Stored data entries
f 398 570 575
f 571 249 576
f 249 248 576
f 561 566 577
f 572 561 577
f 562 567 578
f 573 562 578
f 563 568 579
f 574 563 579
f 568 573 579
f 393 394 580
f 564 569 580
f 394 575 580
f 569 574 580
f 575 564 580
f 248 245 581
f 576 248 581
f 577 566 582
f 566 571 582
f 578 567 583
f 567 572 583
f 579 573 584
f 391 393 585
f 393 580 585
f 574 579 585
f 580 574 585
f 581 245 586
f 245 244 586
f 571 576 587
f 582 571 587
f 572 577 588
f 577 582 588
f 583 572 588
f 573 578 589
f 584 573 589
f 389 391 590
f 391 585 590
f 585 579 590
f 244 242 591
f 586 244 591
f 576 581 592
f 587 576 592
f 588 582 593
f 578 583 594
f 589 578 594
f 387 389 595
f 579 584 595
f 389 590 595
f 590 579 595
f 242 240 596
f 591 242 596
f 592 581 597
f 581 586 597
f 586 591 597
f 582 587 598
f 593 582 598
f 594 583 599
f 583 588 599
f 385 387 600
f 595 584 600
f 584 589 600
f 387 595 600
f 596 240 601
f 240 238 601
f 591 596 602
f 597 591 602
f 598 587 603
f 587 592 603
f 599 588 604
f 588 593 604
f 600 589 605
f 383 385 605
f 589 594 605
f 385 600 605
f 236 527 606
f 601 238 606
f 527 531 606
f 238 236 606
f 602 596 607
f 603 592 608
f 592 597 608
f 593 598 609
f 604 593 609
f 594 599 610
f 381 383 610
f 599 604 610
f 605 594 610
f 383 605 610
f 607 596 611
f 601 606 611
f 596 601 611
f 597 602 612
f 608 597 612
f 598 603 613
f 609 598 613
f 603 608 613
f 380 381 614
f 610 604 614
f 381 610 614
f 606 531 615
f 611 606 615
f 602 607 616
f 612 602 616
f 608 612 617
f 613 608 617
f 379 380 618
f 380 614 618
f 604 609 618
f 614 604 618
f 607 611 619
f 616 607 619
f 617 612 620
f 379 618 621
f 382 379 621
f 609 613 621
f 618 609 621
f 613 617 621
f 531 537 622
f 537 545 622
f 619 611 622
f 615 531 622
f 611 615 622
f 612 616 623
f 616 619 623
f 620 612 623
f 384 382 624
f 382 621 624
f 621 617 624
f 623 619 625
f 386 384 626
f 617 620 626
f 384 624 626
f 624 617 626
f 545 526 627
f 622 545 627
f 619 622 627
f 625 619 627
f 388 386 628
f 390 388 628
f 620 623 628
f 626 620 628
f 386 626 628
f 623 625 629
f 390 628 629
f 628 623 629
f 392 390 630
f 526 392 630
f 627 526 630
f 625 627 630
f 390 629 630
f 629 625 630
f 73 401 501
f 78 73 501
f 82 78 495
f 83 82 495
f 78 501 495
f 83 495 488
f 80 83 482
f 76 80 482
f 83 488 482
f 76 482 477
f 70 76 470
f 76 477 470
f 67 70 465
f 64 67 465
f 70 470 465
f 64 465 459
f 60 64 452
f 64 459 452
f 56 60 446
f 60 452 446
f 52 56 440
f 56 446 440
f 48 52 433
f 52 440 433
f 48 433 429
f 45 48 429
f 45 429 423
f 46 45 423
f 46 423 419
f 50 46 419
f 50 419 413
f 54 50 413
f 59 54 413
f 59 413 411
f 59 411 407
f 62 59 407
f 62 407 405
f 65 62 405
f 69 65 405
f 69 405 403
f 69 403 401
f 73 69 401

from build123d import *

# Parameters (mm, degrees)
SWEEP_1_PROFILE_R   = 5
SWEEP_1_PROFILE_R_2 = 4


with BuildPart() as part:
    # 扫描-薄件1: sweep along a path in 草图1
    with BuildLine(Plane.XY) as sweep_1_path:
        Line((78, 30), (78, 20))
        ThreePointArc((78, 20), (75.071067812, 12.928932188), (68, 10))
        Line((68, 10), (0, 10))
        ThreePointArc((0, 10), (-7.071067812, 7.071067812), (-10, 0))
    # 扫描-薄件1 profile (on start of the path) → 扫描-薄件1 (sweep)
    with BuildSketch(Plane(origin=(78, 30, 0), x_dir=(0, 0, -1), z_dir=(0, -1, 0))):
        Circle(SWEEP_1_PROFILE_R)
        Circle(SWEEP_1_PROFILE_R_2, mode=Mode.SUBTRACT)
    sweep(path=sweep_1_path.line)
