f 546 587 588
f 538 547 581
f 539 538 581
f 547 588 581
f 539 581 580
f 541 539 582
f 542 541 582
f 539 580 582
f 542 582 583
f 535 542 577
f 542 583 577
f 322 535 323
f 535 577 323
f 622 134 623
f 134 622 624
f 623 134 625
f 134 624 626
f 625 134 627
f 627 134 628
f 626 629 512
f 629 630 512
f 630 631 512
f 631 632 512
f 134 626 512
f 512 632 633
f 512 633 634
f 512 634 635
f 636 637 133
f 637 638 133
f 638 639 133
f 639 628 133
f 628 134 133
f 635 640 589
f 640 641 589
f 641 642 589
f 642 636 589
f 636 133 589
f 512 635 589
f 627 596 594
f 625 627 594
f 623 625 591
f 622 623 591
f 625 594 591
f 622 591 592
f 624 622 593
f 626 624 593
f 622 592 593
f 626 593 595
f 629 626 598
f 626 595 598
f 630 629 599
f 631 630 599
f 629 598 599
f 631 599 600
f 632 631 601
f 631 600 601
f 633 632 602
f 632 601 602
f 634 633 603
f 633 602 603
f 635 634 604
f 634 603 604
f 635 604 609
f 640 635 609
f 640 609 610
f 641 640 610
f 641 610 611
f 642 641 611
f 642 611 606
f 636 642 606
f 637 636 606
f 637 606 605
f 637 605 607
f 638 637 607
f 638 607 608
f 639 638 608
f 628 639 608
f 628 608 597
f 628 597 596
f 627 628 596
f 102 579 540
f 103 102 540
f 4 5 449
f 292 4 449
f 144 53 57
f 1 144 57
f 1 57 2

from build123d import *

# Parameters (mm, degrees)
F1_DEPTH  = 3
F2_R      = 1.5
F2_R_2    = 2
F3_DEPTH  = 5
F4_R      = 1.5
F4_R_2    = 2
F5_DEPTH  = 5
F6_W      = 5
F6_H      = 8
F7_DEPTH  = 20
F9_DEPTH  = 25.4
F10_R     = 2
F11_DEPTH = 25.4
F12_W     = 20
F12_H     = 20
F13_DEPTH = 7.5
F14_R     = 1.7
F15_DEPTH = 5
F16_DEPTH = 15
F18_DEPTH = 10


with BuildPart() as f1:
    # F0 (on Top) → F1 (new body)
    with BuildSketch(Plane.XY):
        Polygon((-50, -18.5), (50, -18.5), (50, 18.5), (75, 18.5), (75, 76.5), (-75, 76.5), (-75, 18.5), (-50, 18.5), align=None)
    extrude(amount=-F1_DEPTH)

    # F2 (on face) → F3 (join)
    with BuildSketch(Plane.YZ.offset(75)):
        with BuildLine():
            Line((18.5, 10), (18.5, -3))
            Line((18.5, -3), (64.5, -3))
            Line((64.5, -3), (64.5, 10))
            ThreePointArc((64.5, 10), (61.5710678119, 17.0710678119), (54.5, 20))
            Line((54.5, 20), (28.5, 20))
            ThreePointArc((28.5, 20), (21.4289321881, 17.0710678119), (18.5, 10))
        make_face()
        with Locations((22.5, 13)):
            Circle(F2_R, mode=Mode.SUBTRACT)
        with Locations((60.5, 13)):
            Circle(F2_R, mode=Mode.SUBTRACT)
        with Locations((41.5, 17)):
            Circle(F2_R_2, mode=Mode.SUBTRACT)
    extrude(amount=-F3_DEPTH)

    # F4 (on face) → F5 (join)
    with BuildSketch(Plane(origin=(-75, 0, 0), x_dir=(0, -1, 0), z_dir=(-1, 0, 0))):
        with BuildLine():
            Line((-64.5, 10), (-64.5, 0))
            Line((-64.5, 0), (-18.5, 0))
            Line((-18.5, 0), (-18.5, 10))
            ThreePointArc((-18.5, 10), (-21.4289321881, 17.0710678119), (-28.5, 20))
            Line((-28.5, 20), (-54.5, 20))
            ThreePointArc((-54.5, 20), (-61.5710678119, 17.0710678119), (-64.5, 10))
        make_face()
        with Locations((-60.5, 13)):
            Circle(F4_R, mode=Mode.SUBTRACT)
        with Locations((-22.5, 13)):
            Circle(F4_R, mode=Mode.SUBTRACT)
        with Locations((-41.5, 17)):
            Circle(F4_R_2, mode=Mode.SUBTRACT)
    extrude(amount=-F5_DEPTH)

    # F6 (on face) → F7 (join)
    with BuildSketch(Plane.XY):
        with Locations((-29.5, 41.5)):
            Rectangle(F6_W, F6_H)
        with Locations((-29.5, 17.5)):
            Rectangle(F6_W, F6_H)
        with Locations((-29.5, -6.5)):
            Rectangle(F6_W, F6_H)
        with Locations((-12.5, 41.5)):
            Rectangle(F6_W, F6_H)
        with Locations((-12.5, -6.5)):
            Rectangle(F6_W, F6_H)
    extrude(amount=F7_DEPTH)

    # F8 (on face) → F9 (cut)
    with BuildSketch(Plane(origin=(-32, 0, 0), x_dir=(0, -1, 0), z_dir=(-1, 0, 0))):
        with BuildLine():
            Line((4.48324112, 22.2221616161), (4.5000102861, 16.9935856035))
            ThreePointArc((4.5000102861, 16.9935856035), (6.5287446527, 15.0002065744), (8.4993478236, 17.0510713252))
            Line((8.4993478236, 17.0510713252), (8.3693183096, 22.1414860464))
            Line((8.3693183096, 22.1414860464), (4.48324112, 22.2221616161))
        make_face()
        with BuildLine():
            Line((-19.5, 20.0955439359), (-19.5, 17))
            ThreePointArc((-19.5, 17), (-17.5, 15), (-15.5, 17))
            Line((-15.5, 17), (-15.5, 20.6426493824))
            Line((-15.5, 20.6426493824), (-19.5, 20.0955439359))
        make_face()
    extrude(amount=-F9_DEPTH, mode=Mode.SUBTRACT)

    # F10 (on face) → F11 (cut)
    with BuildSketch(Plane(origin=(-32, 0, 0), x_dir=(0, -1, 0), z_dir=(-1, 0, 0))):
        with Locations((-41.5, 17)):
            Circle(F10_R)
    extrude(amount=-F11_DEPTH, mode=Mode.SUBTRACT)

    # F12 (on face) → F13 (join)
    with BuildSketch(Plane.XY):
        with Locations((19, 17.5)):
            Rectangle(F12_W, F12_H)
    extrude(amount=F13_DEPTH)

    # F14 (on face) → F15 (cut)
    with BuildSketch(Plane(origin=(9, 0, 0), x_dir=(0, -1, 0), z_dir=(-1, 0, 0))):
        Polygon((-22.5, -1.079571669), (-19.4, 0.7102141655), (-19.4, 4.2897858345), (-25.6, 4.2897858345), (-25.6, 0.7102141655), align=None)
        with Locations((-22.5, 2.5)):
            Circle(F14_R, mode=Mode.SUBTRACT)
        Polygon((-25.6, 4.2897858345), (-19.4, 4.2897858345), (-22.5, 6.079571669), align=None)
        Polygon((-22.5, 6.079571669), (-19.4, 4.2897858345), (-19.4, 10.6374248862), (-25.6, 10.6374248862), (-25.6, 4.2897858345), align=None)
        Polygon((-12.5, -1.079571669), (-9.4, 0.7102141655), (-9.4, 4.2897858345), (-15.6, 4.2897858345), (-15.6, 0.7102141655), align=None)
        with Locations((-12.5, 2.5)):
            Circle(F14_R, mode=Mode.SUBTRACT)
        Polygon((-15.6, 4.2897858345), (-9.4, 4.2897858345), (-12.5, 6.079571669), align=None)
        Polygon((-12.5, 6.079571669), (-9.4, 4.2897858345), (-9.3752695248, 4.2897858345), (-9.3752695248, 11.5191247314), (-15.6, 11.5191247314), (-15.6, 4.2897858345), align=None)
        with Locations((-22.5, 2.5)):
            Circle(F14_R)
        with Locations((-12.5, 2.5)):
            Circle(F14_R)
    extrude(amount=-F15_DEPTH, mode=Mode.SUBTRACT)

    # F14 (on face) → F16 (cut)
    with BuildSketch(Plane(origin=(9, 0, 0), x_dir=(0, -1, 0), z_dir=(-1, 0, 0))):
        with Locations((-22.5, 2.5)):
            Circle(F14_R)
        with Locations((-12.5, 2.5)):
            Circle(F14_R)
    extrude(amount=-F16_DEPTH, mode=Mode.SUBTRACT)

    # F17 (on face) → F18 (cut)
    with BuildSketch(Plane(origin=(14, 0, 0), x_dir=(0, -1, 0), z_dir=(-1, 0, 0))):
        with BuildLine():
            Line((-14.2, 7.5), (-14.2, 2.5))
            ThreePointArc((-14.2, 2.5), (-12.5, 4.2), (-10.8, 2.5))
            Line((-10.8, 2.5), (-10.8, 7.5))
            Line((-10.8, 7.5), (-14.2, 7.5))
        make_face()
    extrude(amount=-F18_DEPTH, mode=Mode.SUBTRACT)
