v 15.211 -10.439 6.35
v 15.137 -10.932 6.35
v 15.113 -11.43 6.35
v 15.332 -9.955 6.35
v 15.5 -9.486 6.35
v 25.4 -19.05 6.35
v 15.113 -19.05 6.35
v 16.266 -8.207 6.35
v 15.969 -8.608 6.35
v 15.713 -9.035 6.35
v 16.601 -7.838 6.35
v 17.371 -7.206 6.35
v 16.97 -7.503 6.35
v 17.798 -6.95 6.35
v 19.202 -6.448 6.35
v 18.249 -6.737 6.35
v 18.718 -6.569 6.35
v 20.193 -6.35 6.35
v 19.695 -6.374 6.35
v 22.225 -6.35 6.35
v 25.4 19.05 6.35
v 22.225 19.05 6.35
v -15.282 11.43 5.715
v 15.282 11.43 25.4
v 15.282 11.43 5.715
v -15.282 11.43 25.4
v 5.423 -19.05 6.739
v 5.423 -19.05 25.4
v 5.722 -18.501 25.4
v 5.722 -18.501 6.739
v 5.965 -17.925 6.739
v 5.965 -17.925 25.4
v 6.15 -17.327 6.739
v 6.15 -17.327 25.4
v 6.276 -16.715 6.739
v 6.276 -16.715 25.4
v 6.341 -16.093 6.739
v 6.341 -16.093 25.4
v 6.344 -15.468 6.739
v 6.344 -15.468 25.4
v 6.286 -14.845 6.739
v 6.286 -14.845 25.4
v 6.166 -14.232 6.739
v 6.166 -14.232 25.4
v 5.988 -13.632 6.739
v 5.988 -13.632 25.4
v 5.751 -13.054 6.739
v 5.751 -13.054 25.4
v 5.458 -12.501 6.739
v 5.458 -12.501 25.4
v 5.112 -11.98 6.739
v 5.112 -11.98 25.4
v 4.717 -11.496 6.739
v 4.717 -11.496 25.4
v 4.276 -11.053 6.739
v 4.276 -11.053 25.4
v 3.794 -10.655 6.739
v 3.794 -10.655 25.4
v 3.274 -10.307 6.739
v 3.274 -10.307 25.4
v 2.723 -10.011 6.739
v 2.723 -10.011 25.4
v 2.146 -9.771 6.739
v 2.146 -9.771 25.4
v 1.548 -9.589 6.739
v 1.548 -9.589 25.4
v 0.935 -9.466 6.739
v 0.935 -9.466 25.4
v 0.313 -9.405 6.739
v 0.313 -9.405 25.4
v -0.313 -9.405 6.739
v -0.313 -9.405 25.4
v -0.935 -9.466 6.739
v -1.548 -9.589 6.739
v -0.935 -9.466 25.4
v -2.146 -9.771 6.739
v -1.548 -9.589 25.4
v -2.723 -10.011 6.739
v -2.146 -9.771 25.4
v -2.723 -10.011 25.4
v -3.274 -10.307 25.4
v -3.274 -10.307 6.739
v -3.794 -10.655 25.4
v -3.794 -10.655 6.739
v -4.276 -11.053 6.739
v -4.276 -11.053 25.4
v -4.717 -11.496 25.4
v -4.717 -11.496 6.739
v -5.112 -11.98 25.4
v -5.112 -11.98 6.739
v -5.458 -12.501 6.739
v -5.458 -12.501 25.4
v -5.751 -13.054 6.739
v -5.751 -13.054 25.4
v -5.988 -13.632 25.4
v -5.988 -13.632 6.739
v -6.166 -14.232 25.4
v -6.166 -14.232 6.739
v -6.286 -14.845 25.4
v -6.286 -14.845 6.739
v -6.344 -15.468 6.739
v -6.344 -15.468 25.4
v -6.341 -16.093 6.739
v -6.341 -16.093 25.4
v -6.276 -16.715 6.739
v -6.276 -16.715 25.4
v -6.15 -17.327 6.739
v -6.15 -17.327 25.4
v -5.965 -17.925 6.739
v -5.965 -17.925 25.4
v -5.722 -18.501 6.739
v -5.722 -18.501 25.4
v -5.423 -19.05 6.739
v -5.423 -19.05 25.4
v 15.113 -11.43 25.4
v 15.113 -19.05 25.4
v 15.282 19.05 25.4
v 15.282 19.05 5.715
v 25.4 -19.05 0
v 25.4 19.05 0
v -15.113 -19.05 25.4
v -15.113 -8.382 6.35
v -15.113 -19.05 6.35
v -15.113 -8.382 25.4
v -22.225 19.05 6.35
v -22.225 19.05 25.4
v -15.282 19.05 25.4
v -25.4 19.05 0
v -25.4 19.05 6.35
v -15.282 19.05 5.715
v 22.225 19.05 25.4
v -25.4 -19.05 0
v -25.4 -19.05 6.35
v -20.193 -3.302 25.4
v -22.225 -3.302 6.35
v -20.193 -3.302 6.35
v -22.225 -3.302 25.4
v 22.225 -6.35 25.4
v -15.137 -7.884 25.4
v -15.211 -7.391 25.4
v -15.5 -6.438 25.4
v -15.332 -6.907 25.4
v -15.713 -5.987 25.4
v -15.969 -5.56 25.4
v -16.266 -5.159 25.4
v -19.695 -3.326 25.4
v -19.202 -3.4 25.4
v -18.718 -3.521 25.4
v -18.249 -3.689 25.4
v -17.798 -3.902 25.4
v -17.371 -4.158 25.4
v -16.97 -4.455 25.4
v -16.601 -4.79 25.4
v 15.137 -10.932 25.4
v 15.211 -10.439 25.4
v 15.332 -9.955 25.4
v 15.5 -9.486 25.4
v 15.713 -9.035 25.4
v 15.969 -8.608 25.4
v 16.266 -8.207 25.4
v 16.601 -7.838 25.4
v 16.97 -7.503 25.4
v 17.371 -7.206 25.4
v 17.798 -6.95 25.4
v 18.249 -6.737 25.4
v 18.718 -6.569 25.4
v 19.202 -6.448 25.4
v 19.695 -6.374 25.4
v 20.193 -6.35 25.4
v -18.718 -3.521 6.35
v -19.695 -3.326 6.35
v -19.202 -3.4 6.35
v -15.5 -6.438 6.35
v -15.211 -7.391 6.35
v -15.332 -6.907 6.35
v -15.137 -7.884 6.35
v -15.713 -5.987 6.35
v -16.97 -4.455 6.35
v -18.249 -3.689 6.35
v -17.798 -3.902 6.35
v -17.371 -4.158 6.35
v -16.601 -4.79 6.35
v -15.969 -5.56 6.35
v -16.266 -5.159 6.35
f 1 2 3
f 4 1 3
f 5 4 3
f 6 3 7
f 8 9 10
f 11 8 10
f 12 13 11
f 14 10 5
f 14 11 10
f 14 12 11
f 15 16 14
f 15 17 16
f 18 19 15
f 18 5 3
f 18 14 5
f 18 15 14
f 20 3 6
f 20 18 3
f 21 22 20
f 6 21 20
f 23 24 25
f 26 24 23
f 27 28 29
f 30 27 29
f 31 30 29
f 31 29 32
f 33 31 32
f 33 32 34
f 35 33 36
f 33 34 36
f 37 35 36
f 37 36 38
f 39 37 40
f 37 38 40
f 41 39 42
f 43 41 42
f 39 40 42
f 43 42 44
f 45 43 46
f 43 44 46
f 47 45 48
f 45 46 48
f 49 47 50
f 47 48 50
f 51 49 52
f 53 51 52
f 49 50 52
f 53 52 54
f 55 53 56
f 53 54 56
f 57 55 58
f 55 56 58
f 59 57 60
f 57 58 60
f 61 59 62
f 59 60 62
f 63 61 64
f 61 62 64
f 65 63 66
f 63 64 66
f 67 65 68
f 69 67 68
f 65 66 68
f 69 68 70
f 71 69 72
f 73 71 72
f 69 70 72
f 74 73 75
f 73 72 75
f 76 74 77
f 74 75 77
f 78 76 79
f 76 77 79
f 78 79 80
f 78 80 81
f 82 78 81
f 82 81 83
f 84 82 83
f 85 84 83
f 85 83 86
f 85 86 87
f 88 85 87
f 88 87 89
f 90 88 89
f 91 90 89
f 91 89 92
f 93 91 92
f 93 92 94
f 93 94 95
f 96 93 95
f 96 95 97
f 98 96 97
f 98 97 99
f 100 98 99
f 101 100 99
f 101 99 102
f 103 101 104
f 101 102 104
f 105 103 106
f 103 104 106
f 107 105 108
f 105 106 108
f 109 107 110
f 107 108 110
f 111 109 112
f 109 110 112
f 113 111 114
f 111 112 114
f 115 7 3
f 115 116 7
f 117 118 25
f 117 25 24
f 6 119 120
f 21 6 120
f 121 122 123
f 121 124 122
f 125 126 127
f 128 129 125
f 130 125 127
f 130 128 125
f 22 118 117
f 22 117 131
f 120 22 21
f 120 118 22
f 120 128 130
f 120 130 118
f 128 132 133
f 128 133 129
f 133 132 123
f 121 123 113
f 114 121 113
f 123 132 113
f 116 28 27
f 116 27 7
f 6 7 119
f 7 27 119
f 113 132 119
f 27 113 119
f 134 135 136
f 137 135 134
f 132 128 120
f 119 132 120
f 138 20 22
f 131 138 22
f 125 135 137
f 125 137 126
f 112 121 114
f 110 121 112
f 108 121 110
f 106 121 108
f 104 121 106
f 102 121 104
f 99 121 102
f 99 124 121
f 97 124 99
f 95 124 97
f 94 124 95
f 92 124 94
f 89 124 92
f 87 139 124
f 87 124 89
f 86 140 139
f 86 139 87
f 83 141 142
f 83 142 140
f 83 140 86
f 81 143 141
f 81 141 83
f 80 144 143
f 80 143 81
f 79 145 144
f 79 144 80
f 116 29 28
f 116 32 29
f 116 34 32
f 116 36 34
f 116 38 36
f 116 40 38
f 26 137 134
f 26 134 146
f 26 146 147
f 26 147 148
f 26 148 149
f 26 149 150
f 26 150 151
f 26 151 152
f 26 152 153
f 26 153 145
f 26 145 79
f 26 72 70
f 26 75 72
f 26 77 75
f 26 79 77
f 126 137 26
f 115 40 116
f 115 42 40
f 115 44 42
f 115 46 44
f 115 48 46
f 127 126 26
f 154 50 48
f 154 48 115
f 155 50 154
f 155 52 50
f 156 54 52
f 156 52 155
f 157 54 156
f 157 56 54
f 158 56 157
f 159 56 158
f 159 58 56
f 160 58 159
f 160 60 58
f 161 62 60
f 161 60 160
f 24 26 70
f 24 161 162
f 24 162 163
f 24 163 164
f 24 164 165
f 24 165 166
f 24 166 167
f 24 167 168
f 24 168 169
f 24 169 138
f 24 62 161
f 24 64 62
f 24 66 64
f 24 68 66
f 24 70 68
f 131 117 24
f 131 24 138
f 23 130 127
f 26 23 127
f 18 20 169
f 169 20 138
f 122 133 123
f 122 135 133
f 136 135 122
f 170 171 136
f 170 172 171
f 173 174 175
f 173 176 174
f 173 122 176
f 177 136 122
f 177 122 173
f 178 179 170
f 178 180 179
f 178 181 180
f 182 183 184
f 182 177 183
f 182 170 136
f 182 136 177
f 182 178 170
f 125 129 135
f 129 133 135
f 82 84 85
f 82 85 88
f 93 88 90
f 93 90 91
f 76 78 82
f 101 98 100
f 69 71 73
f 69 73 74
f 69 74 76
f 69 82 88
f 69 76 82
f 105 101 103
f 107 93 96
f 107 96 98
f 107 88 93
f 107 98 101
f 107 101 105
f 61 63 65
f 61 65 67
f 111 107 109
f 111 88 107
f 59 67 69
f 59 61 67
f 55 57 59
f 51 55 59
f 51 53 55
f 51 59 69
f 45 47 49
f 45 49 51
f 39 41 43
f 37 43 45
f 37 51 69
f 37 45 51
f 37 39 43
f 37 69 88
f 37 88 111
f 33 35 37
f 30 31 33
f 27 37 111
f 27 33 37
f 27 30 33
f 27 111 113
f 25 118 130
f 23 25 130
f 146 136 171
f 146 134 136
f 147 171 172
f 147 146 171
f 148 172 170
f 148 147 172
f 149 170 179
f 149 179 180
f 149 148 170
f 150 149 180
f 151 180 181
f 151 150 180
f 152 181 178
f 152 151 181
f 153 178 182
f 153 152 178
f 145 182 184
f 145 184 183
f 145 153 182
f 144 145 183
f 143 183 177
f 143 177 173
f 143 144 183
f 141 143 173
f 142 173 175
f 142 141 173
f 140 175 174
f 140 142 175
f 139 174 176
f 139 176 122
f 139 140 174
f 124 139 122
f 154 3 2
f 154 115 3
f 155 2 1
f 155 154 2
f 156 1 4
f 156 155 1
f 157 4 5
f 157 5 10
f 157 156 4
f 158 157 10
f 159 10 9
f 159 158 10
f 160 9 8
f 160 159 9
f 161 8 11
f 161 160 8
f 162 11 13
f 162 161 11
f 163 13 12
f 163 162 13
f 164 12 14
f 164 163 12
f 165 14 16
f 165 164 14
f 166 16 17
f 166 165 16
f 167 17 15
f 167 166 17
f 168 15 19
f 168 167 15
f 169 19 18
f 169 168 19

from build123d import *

# Parameters (mm, degrees)
F0_W      = 50.8
F0_H      = 38.1
F1_DEPTH  = 6.35
F2_W      = 44.45
F2_H      = 38.1
F3_DEPTH  = 19.05
F4_W      = 6.35
F4_H      = 19.05
F6_W      = 30.563162
F6_H      = 19.685
F7_DEPTH  = 7.62
F8_W      = 15.748
F8_H      = 19.05
F9_DEPTH  = 7.112
F10_W     = 12.7
F10_H     = 19.05
F11_DEPTH = 7.112
F12_R     = 5.08
F13_R     = 5.08


with BuildPart() as f1:
    # F0 (on Top) → F1 (new body)
    with BuildSketch(Plane.XY):
        Rectangle(F0_W, F0_H)
    extrude(amount=F1_DEPTH)

    # F2 (on face) → F3 (join)
    with BuildSketch(Plane.XY.offset(6.35)):
        Rectangle(F2_W, F2_H)
    extrude(amount=F3_DEPTH)

    # F4 (on Right) → F5 (revolve, cut)
    with BuildSketch(Plane.YZ):
        with Locations((-18.92219, 16.263971)):
            Rectangle(F4_W, F4_H)
    revolve(axis=Axis((0, -15.74719, 16.263971), (0, 0, 1)), mode=Mode.SUBTRACT)

    # F6 (on face) → F7 (cut)
    with BuildSketch(Plane(origin=(0, 19.05, 0), x_dir=(-1, 0, 0), z_dir=(0, 1, 0))):
        with Locations((0, 15.5575)):
            Rectangle(F6_W, F6_H)
    extrude(amount=-F7_DEPTH, mode=Mode.SUBTRACT)

    # F8 (on face) → F9 (cut)
    with BuildSketch(Plane(origin=(-22.225, 0, 0), x_dir=(0, -1, 0), z_dir=(-1, 0, 0))):
        with Locations((11.176, 15.875)):
            Rectangle(F8_W, F8_H)
    extrude(amount=-F9_DEPTH, mode=Mode.SUBTRACT)

    # F10 (on face) → F11 (cut)
    with BuildSketch(Plane.YZ.offset(22.225)):
        with Locations((-12.7, 15.875)):
            Rectangle(F10_W, F10_H)
    extrude(amount=-F11_DEPTH, mode=Mode.SUBTRACT)

    # F12
    f12_edges = [f1.edges().sort_by_distance(p)[0] for p in [
        (-15.113, -3.302, 15.875),
    ]]
    fillet(f12_edges, radius=F12_R)

    # F13
    f13_edges = [f1.edges().sort_by_distance(p)[0] for p in [
        (15.113, -6.35, 15.875),
    ]]
    fillet(f13_edges, radius=F13_R)


solid = f1.part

Work instructions – Of all the entries above, retype exactly the lines from the line with "v -15.332 -6.907 25.4" to the line with "v -16.97 -4.455 25.4", both included, and no others.

Solution below –
v -15.332 -6.907 25.4
v -15.713 -5.987 25.4
v -15.969 -5.56 25.4
v -16.266 -5.159 25.4
v -19.695 -3.326 25.4
v -19.202 -3.4 25.4
v -18.718 -3.521 25.4
v -18.249 -3.689 25.4
v -17.798 -3.902 25.4
v -17.371 -4.158 25.4
v -16.97 -4.455 25.4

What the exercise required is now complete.